I think that'll make them super confused!! Why would there be a polarizing filter in the middle of a swampy area!

:hail::hail::hail:


----------



## LaFoto (Jan 27, 2006)

jocose said:
			
		

> ...you can head over to B&H when you're in NYC and pick up a new one!


 
That is true. (Thanks for the "good pictures" remark, by the way, I feel sooooo bad about my own photography, actually, yet again...). And the best thing will be: I'll be there with my husband (and his *purse*) by my side... 

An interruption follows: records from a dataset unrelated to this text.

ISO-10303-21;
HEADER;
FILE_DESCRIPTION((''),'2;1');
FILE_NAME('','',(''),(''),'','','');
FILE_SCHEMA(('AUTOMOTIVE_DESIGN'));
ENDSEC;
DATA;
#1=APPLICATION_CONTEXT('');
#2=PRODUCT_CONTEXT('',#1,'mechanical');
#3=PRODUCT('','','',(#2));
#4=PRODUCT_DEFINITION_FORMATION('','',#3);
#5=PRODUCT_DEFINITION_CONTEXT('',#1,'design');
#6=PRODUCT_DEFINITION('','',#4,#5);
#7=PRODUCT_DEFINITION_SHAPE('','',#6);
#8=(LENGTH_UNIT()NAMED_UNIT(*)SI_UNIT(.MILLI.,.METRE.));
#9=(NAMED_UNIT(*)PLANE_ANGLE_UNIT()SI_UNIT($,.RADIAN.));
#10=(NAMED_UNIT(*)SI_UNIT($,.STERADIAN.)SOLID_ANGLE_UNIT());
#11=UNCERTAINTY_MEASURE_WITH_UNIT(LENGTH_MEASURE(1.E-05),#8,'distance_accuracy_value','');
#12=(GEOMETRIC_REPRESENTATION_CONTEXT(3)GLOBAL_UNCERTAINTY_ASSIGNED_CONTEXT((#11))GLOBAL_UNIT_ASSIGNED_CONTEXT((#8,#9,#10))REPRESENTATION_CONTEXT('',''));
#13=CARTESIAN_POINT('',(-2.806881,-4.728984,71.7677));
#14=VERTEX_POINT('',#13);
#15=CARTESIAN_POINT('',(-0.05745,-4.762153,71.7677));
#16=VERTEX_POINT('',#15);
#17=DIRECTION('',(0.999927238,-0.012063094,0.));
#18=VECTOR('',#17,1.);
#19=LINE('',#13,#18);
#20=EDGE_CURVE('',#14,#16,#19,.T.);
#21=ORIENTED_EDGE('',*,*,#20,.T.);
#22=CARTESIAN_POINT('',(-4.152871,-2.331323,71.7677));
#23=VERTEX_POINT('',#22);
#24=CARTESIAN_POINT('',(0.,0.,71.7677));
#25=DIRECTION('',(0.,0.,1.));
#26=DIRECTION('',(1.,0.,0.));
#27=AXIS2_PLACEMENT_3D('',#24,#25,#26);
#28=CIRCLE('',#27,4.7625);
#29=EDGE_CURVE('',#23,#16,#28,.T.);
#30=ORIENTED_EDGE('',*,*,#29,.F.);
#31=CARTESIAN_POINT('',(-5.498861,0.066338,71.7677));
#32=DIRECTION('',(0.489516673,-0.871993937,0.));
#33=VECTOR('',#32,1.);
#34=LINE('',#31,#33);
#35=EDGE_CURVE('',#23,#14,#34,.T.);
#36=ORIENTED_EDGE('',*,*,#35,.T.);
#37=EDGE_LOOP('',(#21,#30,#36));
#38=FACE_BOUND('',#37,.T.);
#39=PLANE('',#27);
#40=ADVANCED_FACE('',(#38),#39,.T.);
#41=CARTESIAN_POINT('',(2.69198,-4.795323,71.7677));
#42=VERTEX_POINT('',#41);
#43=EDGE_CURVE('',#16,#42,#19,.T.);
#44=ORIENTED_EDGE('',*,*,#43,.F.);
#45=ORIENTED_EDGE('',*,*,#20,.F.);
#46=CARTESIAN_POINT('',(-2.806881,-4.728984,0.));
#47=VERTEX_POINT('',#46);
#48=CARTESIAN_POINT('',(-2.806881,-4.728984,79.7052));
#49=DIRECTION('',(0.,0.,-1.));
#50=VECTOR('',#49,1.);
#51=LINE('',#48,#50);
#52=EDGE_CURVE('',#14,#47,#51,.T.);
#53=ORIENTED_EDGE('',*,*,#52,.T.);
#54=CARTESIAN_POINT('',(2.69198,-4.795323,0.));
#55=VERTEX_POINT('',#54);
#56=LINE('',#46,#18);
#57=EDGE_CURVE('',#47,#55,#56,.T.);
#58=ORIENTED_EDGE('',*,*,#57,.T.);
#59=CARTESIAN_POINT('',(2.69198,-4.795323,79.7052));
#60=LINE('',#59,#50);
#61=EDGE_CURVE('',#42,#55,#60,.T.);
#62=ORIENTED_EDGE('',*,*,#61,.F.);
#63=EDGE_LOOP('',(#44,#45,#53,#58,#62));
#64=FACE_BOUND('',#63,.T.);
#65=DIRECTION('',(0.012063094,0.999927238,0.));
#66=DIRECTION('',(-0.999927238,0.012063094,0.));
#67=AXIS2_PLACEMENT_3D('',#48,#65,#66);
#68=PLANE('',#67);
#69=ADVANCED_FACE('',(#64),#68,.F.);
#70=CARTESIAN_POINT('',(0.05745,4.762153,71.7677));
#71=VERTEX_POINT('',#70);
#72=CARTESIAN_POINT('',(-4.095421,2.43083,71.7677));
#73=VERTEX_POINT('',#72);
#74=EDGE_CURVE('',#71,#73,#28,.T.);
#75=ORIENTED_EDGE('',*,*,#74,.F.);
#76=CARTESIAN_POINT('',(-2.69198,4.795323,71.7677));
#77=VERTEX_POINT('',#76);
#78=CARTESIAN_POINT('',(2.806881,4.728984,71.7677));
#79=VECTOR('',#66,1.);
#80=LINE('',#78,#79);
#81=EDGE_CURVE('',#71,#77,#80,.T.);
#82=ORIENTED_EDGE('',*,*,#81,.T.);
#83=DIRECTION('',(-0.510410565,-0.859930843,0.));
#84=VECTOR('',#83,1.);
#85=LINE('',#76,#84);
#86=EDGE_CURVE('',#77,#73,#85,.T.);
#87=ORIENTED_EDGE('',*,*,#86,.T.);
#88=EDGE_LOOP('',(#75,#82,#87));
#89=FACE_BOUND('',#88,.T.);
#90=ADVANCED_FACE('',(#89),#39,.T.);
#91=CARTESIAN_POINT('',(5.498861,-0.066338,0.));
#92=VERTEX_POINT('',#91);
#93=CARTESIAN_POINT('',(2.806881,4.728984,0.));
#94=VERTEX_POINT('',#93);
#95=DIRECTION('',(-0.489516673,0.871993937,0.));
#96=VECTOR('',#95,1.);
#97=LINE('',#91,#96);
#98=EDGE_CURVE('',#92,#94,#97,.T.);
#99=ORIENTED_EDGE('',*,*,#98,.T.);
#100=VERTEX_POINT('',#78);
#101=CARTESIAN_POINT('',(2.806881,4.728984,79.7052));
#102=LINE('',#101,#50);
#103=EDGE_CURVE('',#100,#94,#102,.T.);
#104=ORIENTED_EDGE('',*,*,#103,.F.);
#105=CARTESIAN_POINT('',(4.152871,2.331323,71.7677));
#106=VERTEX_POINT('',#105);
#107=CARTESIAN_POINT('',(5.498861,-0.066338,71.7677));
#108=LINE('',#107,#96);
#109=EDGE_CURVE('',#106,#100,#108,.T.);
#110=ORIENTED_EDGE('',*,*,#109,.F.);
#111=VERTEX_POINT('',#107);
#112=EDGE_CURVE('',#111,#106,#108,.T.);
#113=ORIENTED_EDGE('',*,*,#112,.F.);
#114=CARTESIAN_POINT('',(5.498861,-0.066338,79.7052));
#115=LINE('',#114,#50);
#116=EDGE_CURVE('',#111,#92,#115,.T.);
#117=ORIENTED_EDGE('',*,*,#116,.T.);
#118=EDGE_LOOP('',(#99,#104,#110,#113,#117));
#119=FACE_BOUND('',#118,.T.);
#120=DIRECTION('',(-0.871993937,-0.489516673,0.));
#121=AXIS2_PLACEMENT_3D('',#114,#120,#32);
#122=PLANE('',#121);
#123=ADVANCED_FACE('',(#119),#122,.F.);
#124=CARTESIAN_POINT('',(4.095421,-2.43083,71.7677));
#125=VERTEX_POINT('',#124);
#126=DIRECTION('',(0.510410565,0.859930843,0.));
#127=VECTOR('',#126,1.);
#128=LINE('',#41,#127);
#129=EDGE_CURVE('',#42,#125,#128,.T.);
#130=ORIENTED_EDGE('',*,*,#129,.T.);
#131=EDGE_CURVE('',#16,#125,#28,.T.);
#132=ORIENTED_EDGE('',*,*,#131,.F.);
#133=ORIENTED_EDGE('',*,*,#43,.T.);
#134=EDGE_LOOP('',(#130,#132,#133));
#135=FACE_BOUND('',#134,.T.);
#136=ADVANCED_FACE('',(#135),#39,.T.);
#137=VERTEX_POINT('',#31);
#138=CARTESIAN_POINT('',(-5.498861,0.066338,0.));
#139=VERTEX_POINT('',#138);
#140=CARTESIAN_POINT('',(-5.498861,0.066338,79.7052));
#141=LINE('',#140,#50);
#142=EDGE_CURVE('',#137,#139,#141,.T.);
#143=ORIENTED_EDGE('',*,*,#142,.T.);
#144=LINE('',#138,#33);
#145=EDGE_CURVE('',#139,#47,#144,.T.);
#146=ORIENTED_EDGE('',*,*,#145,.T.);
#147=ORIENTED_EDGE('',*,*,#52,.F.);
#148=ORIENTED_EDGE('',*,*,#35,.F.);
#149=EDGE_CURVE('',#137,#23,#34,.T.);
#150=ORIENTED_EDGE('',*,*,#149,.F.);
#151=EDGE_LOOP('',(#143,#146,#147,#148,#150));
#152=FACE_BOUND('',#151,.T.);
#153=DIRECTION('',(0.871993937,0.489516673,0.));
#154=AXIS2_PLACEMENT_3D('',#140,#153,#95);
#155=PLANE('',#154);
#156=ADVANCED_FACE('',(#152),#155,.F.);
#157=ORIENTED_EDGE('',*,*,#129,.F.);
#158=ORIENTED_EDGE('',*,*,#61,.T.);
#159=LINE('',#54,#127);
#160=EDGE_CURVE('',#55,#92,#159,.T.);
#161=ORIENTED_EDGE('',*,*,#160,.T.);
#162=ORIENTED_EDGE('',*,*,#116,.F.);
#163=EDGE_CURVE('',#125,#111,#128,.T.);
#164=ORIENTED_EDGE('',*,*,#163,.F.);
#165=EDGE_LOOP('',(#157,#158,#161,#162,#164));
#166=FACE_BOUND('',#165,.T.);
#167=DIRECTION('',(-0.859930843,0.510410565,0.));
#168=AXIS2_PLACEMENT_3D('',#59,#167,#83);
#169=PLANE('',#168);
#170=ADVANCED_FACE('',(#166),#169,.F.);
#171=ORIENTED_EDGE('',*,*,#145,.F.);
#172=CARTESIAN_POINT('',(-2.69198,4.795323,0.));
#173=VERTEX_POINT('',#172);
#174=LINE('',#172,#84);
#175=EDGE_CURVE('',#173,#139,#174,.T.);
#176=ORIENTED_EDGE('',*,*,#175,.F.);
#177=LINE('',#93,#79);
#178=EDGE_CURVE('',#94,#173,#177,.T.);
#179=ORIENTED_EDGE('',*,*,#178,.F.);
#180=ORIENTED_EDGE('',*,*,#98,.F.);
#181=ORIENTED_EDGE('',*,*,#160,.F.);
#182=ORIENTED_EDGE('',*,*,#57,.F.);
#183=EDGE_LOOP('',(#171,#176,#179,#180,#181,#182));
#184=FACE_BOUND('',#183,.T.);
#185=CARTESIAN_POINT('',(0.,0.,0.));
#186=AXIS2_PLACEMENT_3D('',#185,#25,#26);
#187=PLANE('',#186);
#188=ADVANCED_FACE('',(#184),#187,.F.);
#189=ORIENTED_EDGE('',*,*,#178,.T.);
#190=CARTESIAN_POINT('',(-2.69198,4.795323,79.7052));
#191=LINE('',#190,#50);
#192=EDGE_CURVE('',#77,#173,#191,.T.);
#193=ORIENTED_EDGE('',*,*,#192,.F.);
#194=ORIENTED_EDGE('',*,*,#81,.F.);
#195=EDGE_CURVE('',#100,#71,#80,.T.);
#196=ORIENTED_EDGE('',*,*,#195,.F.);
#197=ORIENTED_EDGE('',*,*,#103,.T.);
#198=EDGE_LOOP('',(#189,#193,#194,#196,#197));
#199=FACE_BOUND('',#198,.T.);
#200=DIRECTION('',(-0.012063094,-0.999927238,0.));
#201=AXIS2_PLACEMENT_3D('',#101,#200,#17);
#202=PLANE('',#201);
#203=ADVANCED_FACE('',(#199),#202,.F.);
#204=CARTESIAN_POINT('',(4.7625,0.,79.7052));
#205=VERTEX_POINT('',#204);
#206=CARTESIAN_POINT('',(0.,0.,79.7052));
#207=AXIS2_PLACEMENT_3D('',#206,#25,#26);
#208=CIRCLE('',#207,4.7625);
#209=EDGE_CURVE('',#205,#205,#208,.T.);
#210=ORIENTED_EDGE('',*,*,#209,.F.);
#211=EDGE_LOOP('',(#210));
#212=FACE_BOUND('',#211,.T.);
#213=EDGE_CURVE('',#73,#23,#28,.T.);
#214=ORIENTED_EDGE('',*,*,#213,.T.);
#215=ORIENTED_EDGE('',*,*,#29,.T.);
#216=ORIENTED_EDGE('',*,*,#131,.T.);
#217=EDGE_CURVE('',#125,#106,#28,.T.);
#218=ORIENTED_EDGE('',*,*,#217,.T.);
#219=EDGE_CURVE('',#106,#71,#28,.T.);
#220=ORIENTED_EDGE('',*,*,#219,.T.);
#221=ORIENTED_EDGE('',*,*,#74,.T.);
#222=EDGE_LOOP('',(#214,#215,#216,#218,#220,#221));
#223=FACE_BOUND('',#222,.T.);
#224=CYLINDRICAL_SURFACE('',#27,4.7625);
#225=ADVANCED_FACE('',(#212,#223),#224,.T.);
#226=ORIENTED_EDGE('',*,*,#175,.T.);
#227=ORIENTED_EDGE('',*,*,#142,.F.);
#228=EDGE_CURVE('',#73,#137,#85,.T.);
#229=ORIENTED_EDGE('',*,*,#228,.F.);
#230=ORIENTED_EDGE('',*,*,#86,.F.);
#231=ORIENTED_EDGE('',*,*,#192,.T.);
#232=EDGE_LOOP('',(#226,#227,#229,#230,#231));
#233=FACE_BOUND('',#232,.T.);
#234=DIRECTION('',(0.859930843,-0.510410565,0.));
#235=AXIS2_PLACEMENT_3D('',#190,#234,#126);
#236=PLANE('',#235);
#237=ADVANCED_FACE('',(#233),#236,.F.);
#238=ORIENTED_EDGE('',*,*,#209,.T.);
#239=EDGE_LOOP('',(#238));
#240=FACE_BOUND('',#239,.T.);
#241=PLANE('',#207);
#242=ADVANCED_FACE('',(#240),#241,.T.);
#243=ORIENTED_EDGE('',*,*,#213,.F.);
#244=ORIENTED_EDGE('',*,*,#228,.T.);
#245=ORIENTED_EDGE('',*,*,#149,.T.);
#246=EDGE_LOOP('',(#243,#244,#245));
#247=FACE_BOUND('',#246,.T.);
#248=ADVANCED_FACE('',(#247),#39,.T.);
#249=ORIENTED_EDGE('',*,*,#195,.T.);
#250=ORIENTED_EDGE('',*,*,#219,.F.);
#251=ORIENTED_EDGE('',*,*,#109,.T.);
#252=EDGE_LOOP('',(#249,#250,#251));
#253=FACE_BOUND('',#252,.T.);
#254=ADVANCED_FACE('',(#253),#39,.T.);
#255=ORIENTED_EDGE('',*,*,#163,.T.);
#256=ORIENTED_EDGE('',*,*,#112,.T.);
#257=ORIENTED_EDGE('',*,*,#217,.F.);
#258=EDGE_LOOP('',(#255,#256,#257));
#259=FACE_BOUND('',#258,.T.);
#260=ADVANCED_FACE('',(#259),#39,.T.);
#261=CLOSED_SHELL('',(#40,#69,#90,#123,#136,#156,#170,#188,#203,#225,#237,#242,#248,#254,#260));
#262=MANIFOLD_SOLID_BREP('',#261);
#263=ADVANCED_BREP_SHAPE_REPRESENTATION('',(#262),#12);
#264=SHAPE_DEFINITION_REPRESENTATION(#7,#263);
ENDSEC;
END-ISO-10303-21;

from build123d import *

# Parameters (mm, degrees)
BOSS_EXTRUDE1_DEPTH = 79.7052
SKETCH5_R           = 5.499261314
SKETCH5_R_2         = 4.7625
CUT_EXTRUDE2_DEPTH  = 7.9375


with BuildPart() as part:
    # Sketch1 → Boss-Extrude1 (new body)
    with BuildSketch(Plane.XY):
        Polygon((2.806881074, 4.728984419), (-2.691980104, 4.795322525), (-5.498861178, 0.066338106), (-2.806881074, -4.728984419), (2.691980104, -4.795322525), (5.498861178, -0.066338106), align=None)
    extrude(amount=BOSS_EXTRUDE1_DEPTH)

    # Sketch5 → Cut-Extrude2 (cut)
    with BuildSketch(Plane.XY.offset(79.7052)):
        Circle(SKETCH5_R)
        Circle(SKETCH5_R_2, mode=Mode.SUBTRACT)
    extrude(amount=-CUT_EXTRUDE2_DEPTH, mode=Mode.SUBTRACT)


solid = part.part
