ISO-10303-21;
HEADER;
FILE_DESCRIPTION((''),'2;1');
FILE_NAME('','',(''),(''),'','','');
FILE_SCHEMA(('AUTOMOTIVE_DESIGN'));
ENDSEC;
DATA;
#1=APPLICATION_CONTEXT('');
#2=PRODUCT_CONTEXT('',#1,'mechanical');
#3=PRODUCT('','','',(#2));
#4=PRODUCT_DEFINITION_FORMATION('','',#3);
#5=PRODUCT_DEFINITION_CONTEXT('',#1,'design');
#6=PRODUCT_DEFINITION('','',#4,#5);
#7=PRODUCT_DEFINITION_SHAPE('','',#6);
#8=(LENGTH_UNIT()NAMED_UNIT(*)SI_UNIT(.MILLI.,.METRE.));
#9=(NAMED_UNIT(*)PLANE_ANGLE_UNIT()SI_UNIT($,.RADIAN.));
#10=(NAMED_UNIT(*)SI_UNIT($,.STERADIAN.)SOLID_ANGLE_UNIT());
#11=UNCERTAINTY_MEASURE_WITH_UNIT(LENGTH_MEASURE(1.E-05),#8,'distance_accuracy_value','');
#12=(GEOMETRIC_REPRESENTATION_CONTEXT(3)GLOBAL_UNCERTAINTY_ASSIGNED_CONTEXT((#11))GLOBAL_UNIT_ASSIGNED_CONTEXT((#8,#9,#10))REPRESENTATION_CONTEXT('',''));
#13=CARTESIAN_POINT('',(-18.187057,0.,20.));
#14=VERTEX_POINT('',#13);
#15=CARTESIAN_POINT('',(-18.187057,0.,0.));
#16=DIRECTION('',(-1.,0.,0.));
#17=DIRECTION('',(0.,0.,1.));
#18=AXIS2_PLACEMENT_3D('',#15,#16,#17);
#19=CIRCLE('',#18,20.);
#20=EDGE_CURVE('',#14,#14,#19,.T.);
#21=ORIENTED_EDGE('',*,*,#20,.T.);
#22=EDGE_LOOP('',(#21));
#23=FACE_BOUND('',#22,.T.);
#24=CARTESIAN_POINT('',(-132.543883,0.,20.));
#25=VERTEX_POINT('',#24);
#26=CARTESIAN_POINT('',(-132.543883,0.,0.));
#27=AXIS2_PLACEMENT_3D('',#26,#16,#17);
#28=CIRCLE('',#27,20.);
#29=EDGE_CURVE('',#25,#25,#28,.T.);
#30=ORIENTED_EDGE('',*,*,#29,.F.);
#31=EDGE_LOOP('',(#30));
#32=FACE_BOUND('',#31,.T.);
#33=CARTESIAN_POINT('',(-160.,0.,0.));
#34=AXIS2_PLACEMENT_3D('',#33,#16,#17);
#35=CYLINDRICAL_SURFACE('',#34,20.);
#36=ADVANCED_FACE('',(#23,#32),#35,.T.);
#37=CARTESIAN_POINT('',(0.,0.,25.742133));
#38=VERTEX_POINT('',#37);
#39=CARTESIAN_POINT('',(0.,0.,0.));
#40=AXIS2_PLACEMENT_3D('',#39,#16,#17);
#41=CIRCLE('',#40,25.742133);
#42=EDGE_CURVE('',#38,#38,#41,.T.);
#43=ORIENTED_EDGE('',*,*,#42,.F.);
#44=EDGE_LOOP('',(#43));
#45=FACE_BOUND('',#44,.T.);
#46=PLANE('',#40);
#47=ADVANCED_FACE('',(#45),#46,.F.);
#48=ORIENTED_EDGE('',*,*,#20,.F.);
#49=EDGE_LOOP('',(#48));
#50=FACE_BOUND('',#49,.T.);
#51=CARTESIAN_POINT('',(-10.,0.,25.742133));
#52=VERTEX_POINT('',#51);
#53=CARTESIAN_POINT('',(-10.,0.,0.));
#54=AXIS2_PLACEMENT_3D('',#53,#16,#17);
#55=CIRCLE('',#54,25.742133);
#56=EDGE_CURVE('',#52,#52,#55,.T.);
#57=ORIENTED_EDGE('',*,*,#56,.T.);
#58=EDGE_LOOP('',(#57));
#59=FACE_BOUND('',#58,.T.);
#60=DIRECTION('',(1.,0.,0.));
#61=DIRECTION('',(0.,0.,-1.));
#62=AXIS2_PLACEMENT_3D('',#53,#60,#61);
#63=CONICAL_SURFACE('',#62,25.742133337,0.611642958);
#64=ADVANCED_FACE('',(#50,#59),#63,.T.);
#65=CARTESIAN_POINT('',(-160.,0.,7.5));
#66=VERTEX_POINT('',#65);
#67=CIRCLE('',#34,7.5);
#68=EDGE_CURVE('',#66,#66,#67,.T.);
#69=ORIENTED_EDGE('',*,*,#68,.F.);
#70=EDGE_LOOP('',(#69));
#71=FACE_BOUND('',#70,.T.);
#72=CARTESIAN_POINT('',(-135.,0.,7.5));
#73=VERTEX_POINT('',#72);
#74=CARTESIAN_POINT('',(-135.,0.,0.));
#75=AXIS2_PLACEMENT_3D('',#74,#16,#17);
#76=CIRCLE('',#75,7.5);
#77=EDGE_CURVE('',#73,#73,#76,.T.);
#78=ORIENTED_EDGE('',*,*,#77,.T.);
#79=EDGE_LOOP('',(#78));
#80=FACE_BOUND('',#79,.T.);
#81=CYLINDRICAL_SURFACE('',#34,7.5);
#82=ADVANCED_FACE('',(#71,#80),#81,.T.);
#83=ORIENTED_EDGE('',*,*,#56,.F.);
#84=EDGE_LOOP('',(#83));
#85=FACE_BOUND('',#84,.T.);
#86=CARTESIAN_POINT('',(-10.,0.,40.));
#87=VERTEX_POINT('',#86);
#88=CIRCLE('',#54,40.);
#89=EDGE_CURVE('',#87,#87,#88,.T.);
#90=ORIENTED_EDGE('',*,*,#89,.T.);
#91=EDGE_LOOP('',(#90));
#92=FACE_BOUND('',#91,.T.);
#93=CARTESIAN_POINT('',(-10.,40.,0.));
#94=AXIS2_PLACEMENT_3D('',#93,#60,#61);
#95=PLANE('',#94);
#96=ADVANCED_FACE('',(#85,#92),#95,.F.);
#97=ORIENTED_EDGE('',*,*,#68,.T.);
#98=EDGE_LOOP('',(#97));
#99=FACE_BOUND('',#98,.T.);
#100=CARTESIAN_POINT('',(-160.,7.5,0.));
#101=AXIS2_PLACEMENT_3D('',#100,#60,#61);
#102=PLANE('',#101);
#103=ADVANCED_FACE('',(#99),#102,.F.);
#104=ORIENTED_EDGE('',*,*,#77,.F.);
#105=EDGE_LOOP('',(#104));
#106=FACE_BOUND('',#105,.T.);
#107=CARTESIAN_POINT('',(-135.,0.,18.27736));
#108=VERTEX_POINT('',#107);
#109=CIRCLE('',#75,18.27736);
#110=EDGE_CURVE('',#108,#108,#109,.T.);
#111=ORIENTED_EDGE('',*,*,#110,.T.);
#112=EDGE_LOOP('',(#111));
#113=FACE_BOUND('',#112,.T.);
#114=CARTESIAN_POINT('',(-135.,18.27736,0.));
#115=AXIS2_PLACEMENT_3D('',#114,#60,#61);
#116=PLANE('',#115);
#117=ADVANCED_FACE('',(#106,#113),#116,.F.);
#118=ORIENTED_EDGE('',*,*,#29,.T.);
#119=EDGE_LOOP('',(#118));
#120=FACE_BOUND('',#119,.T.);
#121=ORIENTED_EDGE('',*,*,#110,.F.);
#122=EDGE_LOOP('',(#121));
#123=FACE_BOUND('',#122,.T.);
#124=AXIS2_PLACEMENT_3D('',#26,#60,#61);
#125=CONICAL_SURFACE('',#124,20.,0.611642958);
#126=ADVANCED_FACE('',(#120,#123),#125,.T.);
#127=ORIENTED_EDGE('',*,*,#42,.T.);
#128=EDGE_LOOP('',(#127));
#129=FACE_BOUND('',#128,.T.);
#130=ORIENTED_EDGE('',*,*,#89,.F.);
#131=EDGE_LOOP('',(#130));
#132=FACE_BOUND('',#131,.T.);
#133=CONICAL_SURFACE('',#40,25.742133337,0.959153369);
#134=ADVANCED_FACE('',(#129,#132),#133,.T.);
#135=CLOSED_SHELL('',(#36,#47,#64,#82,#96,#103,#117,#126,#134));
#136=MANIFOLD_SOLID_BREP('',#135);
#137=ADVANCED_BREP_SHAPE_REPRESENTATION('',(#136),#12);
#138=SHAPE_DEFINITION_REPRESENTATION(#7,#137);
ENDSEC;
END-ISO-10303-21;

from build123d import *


with BuildPart() as part:
    # Croquis1 → Revolución1 (revolve)
    with BuildSketch(Plane.XY, mode=Mode.PRIVATE) as revoluci_n1_sk:
        Polygon((0, 0), (0, 25.742133337), (-10, 40), (-10, 25.742133337), (-18.187057148, 20), (-132.543882856, 20), (-135, 18.277359999), (-135, 7.5), (-160, 7.5), (-160, 0), align=None)
    revolve(revoluci_n1_sk.sketch.rotate(Axis((-160, 0, 0), (1, 0, 0)), 90), axis=Axis((-160, 0, 0), (1, 0, 0)))


solid = part.part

(Only does he still not know that I lost it. Likewise he still does not know that I once got my car thoroughly stuck in a quagmire in the woods and needed the help of a farmer's tractor to get me out from there, so please no one ever mention this when we meet, eh!?)


----------



## BubblePixel (Jan 27, 2006)

Oh... Sad you lost your polarizer...  

But you took amazing shots!!
I absolutely LOVE this one.... 







:hail: Oh mighty great LaPhoto one... :mrgreen:


----------



## Corry (Jan 27, 2006)

Aw...that would suck to lose your polarizer! I'm sorry! (I need to get a polarizer in the first place!)


----------



## LaFoto (Jan 31, 2006)

BubblePixel, you like that little group of trees on the river banks? Thank you.
I have sad news for you: this morning all I saw were stumps and felled trees in their place... 
Someone's out and about cleaning up the wilderness on the river banks, and these seemed to ... be ... in ... the ... way :cry: ...


----------



## duncanp (Jan 31, 2006)

I See it lol, no not really, that must be annoying...


----------



## BubblePixel (Feb 1, 2006)

OMG LaPhoto... That's awfull!!! :cry:
Cut trees always make me sad...
Good thing you were able to immortalize them!  :hug


----------



## ShaCow (Feb 24, 2006)

maybe you can find your polorizer now theres no trees.??. did it have a case or not? because its gonna be wrecked now


----------



## greasemonkey (Feb 24, 2006)

This is a dumb qustion, I know, but may I ask what a polorizer is?  I'm pretty new to this whole thing.  But, I gather that is is pretty importat, and don't feel bad, I've lost tons stuff that I really didn't want to loose out in the woods.


----------



## LaFoto (Feb 25, 2006)

A polariser is a filter that you can put onto the lens of your camera, it helps direct the light that would otherwise be all diffused and can thus bring about nicer colours, deeper colours, or help get rid of distracting reflections on shiny surfaces. Unlike skylight filters or colour filters, a polarising filter is a costly thing, so to lose THAT filter, of all filters, is not really ... good.


----------



## greasemonkey (Feb 25, 2006)

ahhh, ya, that doesn't sound to fun to loose.  Sorry to hear of you, uh, loss.


----------



## mysteryscribe (Mar 9, 2006)

most likely it wont be aliens but archeologist... oh wait i was once married to one and she is pretty alien now.


----------